_Provided information:_
++++++++

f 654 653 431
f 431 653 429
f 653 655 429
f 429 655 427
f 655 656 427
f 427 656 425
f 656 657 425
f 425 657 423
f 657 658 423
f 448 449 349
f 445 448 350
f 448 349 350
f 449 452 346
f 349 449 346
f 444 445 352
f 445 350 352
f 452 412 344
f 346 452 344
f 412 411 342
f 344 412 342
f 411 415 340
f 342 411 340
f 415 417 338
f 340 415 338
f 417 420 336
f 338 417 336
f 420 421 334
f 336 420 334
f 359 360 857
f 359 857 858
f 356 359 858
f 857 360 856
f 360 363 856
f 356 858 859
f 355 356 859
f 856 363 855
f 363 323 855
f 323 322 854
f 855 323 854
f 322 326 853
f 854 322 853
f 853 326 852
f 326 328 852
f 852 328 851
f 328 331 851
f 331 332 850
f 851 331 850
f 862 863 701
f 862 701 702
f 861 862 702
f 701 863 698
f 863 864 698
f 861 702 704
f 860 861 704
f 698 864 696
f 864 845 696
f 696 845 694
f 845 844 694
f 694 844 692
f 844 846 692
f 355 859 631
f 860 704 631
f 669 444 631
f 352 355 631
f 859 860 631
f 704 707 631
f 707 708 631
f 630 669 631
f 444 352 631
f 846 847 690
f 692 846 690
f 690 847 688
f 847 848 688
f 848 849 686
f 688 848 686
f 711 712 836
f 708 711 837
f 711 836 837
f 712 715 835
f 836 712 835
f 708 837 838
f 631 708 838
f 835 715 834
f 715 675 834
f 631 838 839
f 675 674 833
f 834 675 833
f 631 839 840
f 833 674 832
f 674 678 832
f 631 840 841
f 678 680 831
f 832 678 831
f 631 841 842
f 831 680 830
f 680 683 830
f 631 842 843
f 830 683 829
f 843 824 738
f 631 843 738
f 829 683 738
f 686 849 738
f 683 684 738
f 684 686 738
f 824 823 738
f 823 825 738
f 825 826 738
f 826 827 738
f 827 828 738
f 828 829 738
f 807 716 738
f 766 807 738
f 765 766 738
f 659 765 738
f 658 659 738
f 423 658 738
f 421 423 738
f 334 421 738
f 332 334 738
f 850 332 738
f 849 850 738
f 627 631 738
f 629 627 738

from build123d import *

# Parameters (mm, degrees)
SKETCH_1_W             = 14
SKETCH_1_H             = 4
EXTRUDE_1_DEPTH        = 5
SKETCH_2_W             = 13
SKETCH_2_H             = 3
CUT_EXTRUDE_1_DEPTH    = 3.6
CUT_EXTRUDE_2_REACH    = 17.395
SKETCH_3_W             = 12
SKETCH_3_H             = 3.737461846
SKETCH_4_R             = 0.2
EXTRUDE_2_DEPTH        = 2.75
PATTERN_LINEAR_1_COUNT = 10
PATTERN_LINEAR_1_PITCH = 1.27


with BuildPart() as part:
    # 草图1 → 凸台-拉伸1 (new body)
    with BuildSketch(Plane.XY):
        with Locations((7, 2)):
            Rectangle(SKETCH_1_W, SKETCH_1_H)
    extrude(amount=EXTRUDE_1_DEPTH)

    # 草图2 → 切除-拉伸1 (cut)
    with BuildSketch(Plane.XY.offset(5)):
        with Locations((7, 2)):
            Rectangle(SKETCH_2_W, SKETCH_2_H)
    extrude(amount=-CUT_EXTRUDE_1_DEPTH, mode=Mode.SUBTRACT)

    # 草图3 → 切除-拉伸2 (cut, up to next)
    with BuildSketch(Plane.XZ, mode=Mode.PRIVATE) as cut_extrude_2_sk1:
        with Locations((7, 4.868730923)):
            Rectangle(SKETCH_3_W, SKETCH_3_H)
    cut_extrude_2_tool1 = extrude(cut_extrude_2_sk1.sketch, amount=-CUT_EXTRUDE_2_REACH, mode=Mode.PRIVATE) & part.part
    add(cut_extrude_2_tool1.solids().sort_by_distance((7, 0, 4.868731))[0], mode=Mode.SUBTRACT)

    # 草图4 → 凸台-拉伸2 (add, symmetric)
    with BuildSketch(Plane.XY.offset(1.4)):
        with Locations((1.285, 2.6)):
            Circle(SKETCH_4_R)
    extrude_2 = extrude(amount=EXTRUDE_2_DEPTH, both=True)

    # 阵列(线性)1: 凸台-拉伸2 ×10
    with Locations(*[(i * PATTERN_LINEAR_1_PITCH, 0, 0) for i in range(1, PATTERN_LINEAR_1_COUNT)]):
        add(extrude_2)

++++++++

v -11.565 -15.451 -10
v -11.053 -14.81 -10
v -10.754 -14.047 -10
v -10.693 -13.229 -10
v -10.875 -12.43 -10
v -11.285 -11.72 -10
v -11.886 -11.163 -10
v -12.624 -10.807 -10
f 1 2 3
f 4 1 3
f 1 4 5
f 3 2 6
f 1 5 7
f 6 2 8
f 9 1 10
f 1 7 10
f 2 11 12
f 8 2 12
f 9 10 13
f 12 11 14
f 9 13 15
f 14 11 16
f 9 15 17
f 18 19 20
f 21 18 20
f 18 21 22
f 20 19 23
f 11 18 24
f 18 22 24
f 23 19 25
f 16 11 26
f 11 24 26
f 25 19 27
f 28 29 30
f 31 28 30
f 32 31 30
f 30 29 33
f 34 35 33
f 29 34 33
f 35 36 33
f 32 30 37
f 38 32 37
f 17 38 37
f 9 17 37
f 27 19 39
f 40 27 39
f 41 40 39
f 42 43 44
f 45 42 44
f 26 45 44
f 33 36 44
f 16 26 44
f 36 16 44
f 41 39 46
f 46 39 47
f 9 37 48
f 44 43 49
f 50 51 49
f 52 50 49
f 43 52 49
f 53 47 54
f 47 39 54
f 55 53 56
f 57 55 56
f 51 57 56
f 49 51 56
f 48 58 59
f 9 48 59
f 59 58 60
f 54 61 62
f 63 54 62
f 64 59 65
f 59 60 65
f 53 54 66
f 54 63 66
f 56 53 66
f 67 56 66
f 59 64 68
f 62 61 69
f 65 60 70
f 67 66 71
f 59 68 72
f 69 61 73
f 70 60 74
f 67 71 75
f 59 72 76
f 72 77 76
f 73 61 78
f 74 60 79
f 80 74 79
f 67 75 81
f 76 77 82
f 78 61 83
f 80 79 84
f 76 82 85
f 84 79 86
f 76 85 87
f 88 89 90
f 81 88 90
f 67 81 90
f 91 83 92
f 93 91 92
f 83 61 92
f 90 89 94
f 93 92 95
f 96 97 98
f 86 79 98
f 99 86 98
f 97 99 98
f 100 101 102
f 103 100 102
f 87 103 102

++++++++

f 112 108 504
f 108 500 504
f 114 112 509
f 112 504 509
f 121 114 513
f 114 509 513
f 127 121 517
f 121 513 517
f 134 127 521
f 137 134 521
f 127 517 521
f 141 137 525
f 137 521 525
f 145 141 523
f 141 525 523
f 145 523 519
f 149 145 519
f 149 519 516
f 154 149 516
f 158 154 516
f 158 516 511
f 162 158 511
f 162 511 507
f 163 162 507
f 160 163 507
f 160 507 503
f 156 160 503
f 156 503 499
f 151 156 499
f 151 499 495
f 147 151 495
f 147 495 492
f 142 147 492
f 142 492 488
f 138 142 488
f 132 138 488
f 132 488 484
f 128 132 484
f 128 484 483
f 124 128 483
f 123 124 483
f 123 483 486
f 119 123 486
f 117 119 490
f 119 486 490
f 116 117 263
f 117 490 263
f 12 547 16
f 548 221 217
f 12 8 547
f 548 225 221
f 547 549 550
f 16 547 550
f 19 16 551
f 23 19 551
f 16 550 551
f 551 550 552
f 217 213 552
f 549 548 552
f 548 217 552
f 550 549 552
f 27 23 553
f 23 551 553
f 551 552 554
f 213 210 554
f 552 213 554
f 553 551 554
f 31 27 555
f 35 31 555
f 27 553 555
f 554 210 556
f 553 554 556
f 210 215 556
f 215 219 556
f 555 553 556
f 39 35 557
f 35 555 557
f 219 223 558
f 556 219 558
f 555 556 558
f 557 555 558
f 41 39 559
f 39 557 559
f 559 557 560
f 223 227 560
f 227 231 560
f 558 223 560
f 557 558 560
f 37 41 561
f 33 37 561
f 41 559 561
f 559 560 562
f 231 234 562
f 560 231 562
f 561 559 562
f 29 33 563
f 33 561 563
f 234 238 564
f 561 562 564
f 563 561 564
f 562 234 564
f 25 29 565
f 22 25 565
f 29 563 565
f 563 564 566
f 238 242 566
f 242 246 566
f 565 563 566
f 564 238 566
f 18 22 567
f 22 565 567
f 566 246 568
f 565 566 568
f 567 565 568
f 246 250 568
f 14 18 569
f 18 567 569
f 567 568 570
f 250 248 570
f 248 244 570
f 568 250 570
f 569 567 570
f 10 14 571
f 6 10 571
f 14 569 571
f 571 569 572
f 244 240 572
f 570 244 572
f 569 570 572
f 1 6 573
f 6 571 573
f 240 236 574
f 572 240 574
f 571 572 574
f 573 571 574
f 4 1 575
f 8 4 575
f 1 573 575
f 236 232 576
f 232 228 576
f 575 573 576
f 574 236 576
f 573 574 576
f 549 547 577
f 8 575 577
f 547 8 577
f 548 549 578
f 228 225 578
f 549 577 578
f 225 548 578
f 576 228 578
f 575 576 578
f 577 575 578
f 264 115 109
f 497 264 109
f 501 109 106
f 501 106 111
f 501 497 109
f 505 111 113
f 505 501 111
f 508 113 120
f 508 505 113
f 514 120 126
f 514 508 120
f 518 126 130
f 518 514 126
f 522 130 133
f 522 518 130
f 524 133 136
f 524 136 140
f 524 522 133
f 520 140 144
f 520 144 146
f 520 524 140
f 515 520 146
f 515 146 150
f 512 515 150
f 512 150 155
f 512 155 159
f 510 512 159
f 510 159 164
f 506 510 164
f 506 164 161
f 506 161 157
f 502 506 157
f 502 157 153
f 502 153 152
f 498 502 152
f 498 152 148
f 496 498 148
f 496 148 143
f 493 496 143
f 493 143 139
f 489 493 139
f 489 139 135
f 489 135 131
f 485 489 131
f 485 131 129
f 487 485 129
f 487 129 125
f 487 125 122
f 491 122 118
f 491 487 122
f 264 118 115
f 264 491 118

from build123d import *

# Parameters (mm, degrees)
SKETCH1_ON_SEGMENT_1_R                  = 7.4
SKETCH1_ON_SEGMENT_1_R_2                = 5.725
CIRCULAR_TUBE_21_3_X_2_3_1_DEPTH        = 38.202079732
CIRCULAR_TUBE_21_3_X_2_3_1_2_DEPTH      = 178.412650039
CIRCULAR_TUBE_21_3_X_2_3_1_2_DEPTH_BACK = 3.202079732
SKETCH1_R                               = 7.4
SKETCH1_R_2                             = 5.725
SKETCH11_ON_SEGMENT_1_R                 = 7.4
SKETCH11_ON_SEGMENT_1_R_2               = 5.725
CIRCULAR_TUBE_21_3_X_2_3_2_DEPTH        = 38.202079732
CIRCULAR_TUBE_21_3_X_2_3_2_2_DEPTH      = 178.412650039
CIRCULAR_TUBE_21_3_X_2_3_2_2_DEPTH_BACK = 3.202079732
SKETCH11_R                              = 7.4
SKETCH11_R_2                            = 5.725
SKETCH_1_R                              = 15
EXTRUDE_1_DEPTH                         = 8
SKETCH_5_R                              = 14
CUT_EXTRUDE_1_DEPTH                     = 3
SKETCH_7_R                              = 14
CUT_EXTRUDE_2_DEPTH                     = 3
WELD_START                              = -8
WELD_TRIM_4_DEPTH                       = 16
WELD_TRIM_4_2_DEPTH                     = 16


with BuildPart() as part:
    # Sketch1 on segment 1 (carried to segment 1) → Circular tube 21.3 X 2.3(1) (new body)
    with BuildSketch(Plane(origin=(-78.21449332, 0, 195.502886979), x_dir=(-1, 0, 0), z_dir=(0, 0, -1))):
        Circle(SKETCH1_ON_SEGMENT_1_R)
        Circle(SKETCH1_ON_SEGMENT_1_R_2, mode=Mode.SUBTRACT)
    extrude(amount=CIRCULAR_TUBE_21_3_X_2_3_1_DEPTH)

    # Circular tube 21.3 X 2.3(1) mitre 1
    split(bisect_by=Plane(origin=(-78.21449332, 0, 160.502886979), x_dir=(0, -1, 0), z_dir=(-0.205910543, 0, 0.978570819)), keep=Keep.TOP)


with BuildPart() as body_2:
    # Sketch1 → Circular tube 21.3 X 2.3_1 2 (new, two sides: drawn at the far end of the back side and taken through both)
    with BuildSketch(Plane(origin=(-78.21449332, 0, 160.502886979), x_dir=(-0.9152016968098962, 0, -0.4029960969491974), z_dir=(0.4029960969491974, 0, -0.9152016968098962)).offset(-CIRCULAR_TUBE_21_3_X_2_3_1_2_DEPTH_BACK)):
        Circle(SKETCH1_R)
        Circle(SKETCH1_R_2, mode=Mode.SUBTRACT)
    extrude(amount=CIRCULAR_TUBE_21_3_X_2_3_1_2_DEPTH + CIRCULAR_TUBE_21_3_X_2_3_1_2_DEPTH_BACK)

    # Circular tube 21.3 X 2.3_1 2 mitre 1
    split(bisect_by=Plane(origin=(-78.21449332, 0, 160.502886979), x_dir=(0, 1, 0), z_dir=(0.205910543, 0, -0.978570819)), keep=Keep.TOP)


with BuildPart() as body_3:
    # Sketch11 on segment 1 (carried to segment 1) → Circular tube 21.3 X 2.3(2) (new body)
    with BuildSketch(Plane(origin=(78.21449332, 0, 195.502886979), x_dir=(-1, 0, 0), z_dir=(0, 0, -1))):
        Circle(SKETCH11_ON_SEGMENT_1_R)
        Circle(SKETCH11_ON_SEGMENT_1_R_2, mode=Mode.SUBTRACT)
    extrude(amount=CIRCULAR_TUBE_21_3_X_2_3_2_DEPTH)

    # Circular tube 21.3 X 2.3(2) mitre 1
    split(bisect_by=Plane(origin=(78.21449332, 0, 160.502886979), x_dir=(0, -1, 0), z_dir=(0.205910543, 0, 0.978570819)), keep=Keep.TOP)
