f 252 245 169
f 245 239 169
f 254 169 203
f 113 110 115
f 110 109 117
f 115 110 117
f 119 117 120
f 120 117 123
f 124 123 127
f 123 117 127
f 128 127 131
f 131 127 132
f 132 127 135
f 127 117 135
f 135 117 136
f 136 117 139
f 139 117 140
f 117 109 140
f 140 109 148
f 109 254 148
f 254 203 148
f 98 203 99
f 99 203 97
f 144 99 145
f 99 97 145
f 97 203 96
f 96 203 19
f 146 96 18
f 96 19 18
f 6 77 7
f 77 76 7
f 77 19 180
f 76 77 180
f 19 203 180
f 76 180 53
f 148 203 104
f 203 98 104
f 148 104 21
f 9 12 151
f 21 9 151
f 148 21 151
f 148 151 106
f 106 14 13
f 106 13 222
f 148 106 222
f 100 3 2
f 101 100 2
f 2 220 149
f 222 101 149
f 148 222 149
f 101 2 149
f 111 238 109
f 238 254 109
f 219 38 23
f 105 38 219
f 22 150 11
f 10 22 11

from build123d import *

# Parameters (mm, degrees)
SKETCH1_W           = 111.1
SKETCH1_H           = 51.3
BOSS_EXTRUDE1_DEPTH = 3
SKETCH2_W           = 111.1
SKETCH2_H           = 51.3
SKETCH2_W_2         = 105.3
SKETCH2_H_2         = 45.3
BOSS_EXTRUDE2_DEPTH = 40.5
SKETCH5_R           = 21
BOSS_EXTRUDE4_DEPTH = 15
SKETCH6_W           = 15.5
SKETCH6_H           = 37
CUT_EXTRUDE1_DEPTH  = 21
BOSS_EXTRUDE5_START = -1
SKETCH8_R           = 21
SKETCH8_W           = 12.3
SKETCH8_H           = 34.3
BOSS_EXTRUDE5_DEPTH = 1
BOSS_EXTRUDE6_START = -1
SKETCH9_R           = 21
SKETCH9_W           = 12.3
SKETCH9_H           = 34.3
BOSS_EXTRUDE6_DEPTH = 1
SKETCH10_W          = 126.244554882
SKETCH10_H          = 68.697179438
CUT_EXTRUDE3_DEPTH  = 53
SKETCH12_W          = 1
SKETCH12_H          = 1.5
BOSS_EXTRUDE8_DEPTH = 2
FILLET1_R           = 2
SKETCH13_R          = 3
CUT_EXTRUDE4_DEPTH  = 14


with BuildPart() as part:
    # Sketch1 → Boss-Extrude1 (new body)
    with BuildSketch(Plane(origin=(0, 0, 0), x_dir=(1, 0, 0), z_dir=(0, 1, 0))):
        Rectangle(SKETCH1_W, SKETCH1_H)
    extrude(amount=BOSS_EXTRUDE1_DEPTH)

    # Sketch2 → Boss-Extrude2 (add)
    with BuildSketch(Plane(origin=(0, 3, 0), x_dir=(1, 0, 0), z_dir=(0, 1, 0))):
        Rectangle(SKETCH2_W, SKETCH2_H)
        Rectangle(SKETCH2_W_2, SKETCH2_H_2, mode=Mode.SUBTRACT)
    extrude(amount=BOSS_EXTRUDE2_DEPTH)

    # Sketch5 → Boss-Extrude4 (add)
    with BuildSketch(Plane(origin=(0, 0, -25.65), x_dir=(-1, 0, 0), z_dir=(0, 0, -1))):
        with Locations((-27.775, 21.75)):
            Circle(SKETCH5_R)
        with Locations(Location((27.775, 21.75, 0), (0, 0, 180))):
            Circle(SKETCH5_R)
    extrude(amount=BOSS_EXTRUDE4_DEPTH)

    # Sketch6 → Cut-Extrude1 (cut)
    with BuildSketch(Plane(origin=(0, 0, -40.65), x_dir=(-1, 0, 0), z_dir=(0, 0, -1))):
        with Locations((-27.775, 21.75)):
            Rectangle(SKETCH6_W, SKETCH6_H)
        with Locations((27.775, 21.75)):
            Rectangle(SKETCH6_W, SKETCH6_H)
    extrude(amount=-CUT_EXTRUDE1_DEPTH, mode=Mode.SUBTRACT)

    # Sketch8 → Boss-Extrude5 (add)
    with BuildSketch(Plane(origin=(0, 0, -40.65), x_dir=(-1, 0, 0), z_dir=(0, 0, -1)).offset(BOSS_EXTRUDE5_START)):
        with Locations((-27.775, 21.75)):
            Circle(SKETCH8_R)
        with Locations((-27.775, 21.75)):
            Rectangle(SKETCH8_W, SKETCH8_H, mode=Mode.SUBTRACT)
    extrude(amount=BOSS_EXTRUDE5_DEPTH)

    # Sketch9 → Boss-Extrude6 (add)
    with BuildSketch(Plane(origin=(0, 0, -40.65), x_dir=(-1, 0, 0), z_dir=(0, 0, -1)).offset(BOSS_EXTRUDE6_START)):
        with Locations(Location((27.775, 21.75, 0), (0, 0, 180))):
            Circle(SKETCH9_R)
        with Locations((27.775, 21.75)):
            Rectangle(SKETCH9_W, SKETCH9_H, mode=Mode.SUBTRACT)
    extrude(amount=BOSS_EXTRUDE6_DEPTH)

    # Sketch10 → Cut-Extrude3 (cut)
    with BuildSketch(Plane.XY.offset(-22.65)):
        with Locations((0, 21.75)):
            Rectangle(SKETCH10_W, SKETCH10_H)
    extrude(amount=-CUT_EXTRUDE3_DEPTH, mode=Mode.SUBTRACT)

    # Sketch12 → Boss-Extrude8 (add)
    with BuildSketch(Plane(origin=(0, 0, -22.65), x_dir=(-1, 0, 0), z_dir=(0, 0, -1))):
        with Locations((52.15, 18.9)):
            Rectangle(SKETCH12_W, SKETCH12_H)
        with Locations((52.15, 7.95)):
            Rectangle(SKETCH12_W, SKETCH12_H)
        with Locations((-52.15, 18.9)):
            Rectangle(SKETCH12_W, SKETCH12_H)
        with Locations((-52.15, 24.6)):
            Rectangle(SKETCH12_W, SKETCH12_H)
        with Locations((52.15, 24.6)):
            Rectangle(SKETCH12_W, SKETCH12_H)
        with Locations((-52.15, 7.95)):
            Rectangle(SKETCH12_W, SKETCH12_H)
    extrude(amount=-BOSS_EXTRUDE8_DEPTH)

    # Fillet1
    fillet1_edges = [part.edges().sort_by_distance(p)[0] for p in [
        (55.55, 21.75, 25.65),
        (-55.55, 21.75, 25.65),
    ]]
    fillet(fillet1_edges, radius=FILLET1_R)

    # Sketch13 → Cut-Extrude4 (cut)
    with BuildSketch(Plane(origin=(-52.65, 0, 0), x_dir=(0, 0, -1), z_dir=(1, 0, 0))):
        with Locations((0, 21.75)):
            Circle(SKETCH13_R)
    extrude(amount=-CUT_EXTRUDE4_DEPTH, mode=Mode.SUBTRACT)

++++++++

_Exercise requirements:_ In the entries above, find the line with "with Locations(*[(i *" and the line with "add(extrude_2)", then set down exactly those two and every line between them, nothing else.

_Solution below:_
    with Locations(*[(i * PATTERN_LINEAR_1_PITCH, 0, 0) for i in range(1, PATTERN_LINEAR_1_COUNT)]):
        add(extrude_2)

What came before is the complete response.